Records contained in a dataset:
* * *

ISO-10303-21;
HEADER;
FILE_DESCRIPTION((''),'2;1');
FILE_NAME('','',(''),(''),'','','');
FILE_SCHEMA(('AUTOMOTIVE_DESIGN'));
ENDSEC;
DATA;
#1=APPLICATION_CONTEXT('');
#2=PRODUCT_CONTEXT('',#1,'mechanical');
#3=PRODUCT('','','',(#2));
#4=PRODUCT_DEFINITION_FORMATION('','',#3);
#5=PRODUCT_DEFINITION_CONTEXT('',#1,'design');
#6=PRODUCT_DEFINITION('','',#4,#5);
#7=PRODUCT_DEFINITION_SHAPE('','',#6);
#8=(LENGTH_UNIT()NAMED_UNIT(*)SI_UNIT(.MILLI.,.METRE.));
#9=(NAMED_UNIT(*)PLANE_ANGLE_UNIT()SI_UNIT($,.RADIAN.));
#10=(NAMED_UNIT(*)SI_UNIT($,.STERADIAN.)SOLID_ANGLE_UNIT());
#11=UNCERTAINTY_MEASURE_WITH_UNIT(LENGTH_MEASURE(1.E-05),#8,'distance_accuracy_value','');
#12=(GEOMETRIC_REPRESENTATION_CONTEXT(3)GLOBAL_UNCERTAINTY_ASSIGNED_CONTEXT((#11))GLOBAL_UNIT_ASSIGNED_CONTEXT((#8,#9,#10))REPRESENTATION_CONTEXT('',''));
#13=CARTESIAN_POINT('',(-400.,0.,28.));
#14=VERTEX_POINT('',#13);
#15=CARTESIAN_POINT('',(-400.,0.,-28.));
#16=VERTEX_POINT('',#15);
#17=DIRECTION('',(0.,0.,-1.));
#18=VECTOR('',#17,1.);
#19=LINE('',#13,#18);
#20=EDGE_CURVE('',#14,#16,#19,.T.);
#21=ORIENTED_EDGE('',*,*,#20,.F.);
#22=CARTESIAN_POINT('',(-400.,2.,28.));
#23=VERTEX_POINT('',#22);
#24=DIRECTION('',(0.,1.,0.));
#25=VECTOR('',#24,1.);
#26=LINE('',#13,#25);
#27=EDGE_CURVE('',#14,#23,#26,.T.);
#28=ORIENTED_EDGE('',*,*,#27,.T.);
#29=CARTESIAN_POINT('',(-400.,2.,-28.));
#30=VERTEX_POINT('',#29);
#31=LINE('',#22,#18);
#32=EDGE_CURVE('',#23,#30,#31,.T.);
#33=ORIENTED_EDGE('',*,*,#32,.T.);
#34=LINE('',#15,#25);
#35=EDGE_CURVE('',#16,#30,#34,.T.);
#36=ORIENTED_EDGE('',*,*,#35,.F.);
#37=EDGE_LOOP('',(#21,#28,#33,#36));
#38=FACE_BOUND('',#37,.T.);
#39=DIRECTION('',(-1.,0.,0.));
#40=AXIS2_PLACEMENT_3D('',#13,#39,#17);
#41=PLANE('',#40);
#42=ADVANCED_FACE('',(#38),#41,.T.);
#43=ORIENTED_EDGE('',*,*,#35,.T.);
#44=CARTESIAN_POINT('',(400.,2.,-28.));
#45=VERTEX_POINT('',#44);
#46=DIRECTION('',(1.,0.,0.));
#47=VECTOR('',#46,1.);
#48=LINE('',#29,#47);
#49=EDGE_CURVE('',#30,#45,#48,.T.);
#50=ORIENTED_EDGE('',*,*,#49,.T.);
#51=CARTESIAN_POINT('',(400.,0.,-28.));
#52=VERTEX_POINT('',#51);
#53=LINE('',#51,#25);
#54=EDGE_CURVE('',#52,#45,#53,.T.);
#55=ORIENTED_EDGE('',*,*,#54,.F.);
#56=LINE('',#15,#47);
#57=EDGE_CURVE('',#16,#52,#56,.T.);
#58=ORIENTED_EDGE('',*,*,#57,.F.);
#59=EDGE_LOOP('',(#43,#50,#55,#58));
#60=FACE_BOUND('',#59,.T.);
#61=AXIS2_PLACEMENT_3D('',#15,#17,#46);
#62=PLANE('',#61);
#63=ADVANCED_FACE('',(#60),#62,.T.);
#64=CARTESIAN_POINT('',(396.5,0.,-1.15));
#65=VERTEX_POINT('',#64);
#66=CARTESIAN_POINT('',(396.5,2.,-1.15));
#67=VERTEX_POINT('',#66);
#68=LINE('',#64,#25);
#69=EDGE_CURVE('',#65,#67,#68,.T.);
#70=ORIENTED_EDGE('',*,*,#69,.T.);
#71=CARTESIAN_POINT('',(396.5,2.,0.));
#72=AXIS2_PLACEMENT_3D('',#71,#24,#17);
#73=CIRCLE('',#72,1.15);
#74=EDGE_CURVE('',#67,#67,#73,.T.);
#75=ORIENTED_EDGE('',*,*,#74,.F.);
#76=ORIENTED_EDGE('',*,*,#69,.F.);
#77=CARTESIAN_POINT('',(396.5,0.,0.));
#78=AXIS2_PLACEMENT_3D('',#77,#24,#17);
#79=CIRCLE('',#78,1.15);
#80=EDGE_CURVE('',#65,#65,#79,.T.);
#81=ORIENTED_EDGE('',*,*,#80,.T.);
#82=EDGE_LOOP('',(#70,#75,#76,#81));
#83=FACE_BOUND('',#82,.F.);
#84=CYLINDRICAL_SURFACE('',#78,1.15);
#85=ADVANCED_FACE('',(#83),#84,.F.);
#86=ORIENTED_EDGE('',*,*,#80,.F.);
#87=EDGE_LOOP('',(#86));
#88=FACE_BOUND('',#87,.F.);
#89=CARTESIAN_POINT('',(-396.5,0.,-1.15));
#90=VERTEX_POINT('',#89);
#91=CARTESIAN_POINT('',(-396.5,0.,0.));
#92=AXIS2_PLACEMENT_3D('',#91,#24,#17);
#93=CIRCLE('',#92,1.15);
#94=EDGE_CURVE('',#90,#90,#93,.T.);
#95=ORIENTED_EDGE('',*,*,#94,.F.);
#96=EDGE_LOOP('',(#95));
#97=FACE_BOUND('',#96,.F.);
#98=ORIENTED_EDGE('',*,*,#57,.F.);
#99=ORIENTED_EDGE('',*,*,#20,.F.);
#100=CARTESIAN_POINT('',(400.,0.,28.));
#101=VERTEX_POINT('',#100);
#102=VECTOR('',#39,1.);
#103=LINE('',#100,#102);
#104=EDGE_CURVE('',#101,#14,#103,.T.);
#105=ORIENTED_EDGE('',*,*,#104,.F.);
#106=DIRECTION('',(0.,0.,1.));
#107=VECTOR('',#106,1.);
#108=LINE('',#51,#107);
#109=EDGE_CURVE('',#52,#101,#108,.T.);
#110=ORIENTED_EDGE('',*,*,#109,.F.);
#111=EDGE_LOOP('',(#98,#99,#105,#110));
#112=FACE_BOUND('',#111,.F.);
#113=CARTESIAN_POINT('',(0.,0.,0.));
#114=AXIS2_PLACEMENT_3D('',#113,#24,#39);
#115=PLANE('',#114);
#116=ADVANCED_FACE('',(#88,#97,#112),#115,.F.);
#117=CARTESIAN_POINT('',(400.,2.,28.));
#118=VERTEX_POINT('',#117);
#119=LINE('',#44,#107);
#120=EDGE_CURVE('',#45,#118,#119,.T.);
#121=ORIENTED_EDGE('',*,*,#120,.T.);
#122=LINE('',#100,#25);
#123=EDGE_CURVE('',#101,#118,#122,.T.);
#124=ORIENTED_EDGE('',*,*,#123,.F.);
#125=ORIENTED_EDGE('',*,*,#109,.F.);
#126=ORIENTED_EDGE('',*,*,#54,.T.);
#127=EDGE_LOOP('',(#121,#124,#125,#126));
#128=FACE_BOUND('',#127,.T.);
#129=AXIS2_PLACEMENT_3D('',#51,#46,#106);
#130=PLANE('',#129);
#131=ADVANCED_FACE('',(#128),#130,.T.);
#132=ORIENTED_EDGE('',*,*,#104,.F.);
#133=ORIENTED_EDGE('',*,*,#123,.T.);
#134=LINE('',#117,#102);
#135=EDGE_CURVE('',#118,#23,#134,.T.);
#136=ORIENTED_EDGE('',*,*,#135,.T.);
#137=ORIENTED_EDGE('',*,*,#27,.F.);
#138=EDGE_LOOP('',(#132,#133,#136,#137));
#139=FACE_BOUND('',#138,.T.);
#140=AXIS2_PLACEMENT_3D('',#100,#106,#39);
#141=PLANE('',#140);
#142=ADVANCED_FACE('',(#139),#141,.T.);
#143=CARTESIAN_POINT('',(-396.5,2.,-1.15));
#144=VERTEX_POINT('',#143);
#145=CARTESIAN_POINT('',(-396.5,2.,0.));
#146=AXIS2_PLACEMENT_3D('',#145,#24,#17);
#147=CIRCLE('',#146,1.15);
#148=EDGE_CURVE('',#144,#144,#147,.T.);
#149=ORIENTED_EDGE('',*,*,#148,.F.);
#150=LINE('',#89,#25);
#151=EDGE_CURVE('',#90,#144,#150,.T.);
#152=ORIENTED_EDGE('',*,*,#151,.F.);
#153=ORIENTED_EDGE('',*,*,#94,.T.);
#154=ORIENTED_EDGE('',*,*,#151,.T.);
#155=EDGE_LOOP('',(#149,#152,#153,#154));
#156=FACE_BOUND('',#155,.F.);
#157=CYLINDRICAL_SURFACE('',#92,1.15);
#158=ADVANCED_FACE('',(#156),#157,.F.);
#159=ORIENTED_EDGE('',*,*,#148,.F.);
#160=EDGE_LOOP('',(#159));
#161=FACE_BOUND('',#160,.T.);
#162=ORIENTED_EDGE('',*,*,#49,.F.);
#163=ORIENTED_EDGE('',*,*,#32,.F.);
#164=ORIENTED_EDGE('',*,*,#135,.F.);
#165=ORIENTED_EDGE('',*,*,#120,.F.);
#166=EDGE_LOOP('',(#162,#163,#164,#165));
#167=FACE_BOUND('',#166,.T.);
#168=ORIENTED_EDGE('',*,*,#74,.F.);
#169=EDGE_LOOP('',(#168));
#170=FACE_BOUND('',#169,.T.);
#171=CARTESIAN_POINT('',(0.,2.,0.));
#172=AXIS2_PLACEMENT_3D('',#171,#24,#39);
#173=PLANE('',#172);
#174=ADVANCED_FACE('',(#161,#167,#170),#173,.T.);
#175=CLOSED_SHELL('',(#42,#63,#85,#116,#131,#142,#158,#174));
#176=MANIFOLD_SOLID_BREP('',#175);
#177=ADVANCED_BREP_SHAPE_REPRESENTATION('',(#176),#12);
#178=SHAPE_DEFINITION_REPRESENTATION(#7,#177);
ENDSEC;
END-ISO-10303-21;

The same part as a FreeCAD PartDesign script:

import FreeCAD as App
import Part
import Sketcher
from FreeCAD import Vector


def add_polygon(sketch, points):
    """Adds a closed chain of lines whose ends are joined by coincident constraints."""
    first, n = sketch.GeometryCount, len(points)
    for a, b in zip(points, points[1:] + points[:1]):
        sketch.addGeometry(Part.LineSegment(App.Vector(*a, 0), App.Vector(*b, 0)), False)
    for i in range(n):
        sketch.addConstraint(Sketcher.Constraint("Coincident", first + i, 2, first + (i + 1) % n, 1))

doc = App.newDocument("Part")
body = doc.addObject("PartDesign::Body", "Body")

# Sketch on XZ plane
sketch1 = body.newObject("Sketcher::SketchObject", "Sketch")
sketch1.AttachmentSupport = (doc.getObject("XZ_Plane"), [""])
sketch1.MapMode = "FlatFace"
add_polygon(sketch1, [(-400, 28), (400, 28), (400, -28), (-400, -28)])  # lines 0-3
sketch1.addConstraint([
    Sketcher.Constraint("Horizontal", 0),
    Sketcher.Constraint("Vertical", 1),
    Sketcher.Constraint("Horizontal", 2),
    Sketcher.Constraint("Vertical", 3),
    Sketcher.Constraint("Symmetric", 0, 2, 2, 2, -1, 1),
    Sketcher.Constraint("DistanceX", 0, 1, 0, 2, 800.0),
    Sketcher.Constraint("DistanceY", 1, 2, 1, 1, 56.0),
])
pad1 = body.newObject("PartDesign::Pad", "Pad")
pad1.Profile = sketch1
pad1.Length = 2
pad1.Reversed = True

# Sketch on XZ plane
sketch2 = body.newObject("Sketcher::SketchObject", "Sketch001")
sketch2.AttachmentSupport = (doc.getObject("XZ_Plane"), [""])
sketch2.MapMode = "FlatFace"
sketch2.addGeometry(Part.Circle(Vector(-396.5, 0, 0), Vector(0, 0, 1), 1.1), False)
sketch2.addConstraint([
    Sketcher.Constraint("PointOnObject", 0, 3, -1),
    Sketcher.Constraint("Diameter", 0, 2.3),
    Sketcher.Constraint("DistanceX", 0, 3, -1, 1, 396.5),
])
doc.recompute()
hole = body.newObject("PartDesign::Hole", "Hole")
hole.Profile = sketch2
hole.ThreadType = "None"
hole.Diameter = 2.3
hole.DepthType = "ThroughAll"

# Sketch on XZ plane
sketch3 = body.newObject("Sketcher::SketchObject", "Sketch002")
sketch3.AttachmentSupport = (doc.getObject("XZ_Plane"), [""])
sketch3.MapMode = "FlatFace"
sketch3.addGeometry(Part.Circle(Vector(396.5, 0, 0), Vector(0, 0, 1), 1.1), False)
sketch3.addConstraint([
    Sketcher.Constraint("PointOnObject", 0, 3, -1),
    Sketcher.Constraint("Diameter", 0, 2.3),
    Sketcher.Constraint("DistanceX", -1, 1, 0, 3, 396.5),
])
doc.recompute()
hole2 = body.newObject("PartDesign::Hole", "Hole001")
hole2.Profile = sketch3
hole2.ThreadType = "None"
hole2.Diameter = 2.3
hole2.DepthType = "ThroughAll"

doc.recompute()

* * *

• **REQUIREMENT**
Only those lines of the entries above that run from the line containing "#151=EDGE_CURVE('',#90,#144,#150,.T.);" to the line containing "#176=MANIFOLD_SOLID_BREP('',#175);", both included, should be transcribed exactly.

• **SOLUTION**
#151=EDGE_CURVE('',#90,#144,#150,.T.);
#152=ORIENTED_EDGE('',*,*,#151,.F.);
#153=ORIENTED_EDGE('',*,*,#94,.T.);
#154=ORIENTED_EDGE('',*,*,#151,.T.);
#155=EDGE_LOOP('',(#149,#152,#153,#154));
#156=FACE_BOUND('',#155,.F.);
#157=CYLINDRICAL_SURFACE('',#92,1.15);
#158=ADVANCED_FACE('',(#156),#157,.F.);
#159=ORIENTED_EDGE('',*,*,#148,.F.);
#160=EDGE_LOOP('',(#159));
#161=FACE_BOUND('',#160,.T.);
#162=ORIENTED_EDGE('',*,*,#49,.F.);
#163=ORIENTED_EDGE('',*,*,#32,.F.);
#164=ORIENTED_EDGE('',*,*,#135,.F.);
#165=ORIENTED_EDGE('',*,*,#120,.F.);
#166=EDGE_LOOP('',(#162,#163,#164,#165));
#167=FACE_BOUND('',#166,.T.);
#168=ORIENTED_EDGE('',*,*,#74,.F.);
#169=EDGE_LOOP('',(#168));
#170=FACE_BOUND('',#169,.T.);
#171=CARTESIAN_POINT('',(0.,2.,0.));
#172=AXIS2_PLACEMENT_3D('',#171,#24,#39);
#173=PLANE('',#172);
#174=ADVANCED_FACE('',(#161,#167,#170),#173,.T.);
#175=CLOSED_SHELL('',(#42,#63,#85,#116,#131,#142,#158,#174));
#176=MANIFOLD_SOLID_BREP('',#175);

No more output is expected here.